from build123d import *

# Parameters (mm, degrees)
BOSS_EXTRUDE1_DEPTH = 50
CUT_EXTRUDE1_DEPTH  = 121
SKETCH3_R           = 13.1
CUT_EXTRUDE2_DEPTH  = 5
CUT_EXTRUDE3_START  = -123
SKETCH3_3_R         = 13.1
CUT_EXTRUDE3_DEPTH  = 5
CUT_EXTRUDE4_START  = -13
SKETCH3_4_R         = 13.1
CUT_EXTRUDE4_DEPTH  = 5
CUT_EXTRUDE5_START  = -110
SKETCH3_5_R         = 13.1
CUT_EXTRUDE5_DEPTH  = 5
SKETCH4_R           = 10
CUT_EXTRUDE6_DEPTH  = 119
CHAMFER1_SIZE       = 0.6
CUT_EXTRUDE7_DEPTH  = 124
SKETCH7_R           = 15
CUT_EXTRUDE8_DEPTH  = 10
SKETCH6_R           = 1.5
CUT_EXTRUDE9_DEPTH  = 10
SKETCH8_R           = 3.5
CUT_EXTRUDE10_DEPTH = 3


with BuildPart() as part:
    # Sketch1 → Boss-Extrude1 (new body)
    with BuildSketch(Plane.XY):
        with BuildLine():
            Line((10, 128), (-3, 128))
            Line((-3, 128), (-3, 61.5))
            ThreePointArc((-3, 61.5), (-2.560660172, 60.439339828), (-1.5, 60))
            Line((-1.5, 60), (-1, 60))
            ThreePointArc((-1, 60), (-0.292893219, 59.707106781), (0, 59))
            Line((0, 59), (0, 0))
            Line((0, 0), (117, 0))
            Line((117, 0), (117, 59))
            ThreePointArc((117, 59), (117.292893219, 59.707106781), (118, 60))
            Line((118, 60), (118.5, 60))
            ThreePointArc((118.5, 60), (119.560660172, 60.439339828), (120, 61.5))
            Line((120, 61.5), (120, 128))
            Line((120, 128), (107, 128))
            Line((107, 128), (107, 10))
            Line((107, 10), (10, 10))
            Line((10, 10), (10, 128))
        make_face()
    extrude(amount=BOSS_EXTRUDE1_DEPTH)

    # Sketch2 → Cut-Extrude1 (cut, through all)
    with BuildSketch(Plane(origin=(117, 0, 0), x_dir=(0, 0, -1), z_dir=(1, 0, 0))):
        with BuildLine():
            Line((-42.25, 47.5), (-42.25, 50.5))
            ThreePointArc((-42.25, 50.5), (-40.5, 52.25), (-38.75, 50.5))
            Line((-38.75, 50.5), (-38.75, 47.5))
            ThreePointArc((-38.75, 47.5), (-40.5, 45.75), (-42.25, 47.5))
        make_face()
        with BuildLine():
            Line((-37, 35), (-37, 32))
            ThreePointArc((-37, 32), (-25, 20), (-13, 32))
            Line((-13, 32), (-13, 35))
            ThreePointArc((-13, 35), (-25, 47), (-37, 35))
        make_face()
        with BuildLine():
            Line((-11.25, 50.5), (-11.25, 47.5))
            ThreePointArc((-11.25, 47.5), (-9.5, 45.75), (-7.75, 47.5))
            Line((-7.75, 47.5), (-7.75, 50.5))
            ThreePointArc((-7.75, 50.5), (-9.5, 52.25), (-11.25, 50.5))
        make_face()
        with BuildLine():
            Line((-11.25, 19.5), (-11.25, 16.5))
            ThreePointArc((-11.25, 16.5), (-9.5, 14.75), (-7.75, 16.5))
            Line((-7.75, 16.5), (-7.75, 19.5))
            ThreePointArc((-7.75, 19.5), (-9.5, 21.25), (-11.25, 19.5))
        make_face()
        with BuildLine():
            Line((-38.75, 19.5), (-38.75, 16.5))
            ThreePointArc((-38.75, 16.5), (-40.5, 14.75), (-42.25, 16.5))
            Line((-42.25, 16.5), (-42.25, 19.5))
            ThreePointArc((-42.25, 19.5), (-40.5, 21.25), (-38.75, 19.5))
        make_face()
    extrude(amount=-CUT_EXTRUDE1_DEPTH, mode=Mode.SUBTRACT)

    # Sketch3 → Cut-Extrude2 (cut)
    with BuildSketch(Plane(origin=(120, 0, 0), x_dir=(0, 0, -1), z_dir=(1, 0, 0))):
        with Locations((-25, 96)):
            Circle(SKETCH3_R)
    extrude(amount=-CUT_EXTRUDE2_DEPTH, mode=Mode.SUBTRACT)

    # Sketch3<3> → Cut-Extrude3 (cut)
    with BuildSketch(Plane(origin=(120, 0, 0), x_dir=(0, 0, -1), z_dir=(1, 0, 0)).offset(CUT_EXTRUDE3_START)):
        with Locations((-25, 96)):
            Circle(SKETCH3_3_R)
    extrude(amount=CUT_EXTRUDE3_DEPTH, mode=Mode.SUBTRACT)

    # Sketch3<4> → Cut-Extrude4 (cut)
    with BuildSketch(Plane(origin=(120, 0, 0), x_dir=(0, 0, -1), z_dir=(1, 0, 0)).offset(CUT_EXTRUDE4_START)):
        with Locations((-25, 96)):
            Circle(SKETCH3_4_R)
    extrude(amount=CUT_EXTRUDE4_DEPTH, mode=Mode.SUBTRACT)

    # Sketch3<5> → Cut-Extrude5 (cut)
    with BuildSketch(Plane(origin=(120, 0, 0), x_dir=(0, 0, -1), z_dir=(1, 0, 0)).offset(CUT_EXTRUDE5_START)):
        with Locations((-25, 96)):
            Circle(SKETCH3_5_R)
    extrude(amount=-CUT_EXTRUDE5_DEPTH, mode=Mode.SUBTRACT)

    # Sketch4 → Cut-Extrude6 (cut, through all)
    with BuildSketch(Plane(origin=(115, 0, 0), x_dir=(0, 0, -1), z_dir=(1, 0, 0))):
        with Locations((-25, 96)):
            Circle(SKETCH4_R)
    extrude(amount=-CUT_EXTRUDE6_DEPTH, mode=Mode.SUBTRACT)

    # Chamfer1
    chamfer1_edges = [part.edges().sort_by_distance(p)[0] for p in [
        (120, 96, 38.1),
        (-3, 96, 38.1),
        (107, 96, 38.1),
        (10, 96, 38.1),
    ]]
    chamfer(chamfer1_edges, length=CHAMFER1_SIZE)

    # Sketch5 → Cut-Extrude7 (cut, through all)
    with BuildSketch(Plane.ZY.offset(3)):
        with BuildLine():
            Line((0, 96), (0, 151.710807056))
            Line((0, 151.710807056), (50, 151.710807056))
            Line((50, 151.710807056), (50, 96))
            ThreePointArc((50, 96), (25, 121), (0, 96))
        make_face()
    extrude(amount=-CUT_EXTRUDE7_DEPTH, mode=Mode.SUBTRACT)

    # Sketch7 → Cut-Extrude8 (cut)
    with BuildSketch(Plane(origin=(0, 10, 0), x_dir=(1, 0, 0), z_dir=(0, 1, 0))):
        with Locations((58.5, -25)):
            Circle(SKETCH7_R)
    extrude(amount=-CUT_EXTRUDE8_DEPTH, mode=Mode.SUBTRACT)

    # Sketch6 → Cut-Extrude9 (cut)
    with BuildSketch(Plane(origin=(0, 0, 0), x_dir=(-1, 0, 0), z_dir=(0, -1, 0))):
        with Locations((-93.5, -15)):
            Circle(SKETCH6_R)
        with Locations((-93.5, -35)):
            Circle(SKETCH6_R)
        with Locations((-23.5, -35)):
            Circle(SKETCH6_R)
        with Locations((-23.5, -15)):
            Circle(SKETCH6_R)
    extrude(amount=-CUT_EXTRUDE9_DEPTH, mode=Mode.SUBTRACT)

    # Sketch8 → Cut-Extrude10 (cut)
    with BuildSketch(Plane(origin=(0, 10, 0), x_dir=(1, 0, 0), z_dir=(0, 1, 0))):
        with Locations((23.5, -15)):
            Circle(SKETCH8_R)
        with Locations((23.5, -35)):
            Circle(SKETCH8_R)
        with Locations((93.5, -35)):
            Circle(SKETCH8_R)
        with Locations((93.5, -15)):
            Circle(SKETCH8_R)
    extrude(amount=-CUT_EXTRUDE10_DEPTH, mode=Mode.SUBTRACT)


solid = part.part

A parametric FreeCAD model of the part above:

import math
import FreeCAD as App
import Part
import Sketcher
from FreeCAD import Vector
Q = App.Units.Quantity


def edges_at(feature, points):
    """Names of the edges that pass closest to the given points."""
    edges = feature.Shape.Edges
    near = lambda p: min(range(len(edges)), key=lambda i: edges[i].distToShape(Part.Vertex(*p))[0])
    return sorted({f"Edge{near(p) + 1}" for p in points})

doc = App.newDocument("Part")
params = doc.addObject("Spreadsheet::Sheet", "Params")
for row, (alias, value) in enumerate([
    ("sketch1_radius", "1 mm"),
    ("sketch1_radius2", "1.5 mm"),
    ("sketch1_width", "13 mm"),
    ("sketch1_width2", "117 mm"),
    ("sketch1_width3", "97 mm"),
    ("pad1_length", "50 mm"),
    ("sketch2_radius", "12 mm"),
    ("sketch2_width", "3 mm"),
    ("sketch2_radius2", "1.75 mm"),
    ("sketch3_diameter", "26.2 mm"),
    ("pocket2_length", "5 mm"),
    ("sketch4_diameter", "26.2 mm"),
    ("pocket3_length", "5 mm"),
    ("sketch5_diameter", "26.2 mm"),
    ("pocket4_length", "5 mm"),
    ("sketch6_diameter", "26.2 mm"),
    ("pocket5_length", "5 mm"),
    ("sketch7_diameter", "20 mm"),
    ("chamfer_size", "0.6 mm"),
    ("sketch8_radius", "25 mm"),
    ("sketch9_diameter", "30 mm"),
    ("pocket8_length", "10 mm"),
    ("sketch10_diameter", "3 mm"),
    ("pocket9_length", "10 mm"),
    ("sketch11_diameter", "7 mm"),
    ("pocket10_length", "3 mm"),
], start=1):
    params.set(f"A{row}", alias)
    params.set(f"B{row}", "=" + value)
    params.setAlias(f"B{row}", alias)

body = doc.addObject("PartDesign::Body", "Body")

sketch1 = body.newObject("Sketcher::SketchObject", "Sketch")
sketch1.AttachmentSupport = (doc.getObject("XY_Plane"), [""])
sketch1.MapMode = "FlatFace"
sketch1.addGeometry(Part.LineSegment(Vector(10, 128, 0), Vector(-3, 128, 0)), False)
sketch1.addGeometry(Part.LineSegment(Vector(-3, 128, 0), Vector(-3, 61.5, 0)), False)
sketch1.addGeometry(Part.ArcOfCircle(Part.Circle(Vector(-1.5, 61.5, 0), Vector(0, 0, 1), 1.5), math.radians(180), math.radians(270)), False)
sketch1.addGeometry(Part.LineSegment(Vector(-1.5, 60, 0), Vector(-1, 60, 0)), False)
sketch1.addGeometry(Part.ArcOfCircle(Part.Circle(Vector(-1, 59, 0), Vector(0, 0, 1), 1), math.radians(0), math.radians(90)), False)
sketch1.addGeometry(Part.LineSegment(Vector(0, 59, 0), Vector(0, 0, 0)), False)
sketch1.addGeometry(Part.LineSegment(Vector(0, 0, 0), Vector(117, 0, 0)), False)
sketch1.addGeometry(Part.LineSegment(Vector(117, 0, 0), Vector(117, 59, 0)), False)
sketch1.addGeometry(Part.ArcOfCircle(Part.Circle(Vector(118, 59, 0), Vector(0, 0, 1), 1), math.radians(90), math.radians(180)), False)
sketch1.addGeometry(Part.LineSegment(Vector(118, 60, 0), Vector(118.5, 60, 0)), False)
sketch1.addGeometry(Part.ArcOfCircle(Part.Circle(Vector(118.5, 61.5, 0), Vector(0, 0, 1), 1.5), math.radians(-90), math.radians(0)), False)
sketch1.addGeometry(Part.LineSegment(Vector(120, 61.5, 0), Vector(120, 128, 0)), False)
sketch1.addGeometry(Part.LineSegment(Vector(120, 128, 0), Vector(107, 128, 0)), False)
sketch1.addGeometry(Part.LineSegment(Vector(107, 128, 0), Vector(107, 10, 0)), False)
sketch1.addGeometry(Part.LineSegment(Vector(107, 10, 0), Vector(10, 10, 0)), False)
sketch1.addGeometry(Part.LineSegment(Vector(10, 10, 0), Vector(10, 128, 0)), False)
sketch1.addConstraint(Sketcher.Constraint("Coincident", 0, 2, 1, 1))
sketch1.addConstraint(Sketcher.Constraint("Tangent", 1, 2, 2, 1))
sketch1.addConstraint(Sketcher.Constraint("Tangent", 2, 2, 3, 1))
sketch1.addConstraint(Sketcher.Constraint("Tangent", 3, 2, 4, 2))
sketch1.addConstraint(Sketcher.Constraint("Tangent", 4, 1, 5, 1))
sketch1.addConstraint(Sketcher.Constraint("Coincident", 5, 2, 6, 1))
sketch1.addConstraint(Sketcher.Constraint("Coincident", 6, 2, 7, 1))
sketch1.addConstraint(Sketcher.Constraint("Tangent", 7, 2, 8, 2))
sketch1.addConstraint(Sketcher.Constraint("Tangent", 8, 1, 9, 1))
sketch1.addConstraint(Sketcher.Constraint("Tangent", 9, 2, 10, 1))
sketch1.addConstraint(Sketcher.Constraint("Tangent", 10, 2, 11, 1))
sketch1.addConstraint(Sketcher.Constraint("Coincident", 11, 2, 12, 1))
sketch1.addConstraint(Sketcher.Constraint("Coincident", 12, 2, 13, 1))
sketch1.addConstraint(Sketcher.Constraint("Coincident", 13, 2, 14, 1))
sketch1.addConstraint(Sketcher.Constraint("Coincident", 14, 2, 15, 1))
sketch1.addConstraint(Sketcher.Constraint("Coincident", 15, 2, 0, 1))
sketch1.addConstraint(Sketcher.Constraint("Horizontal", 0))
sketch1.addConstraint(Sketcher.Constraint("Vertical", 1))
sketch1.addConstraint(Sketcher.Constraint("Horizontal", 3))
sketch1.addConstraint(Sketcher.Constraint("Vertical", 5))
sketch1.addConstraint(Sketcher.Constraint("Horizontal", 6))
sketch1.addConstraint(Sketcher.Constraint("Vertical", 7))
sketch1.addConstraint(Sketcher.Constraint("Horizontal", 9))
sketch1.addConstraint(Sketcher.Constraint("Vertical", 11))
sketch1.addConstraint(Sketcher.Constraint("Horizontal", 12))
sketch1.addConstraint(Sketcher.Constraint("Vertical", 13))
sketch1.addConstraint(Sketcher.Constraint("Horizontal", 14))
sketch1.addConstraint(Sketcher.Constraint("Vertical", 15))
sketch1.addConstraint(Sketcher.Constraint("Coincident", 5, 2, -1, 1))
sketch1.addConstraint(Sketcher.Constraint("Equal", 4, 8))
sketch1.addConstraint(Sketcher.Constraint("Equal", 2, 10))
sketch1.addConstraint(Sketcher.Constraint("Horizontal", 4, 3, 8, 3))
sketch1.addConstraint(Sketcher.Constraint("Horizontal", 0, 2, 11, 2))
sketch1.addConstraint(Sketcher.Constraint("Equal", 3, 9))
——
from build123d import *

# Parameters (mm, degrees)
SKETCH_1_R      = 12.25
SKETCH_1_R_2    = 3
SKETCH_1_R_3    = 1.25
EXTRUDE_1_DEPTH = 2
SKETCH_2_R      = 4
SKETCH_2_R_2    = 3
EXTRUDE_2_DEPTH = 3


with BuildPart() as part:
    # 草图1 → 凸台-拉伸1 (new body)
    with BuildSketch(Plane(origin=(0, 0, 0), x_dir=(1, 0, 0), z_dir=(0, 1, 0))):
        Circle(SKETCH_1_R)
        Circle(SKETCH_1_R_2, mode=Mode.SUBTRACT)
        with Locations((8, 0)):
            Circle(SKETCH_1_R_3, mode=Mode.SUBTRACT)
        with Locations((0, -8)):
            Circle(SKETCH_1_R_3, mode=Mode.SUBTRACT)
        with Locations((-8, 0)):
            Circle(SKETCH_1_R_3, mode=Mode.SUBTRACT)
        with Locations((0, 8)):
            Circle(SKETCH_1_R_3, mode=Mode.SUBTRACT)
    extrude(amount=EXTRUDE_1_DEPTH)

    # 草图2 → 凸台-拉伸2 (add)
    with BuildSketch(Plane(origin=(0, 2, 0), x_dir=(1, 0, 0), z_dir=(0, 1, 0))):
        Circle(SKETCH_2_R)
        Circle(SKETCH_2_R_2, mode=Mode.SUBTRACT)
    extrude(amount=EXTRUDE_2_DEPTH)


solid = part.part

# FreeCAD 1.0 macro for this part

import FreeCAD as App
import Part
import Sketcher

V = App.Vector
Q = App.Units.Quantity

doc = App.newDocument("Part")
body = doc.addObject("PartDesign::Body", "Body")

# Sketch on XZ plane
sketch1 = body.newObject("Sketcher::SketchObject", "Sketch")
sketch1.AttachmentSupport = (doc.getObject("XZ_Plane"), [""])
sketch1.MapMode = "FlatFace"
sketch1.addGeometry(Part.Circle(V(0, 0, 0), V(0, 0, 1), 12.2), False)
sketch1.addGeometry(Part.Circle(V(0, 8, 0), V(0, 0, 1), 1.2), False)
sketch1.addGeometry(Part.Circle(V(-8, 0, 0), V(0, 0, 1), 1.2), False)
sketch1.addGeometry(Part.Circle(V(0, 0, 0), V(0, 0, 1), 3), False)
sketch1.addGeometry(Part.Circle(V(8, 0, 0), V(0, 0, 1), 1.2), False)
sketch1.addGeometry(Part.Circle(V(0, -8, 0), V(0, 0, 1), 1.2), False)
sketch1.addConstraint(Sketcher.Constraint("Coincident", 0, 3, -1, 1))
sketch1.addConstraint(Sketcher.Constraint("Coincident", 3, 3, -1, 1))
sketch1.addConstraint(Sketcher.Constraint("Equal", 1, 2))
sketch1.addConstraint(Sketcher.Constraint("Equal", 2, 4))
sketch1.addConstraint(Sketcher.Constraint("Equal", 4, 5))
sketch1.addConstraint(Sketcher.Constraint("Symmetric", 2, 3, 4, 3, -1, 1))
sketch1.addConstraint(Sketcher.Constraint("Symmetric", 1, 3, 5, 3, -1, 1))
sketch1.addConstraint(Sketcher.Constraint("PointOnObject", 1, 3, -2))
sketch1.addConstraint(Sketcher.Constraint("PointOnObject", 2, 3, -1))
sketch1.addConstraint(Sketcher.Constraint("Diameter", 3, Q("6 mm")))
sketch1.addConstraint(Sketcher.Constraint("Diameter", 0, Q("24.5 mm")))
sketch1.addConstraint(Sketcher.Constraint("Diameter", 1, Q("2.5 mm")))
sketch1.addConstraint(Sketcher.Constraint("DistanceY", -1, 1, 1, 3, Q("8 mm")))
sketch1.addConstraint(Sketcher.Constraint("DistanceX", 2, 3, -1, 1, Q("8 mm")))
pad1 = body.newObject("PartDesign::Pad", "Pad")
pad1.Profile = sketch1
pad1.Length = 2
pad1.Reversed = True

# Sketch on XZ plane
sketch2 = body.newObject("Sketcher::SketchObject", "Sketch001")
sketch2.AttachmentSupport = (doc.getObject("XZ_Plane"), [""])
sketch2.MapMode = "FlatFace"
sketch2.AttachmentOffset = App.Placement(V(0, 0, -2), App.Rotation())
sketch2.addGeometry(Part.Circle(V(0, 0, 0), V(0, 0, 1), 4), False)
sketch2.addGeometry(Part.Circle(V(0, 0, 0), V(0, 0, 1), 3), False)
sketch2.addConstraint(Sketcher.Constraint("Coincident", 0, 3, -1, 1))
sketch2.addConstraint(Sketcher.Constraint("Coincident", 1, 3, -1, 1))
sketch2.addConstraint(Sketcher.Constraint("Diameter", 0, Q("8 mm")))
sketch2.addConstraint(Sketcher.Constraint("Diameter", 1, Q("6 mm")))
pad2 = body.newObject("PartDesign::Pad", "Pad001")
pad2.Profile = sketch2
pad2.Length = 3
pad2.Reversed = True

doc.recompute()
——
*TO DO*. Everything in the material above from the line that has "Circle(SKETCH7_R)" through the line that has "# Sketch8 → Cut-Extrude10 (cut)" must be duplicated exactly, with no other lines given.

*TASK RESULT*.
            Circle(SKETCH7_R)
    extrude(amount=-CUT_EXTRUDE8_DEPTH, mode=Mode.SUBTRACT)

    # Sketch6 → Cut-Extrude9 (cut)
    with BuildSketch(Plane(origin=(0, 0, 0), x_dir=(-1, 0, 0), z_dir=(0, -1, 0))):
        with Locations((-93.5, -15)):
            Circle(SKETCH6_R)
        with Locations((-93.5, -35)):
            Circle(SKETCH6_R)
        with Locations((-23.5, -35)):
            Circle(SKETCH6_R)
        with Locations((-23.5, -15)):
            Circle(SKETCH6_R)
    extrude(amount=-CUT_EXTRUDE9_DEPTH, mode=Mode.SUBTRACT)

    # Sketch8 → Cut-Extrude10 (cut)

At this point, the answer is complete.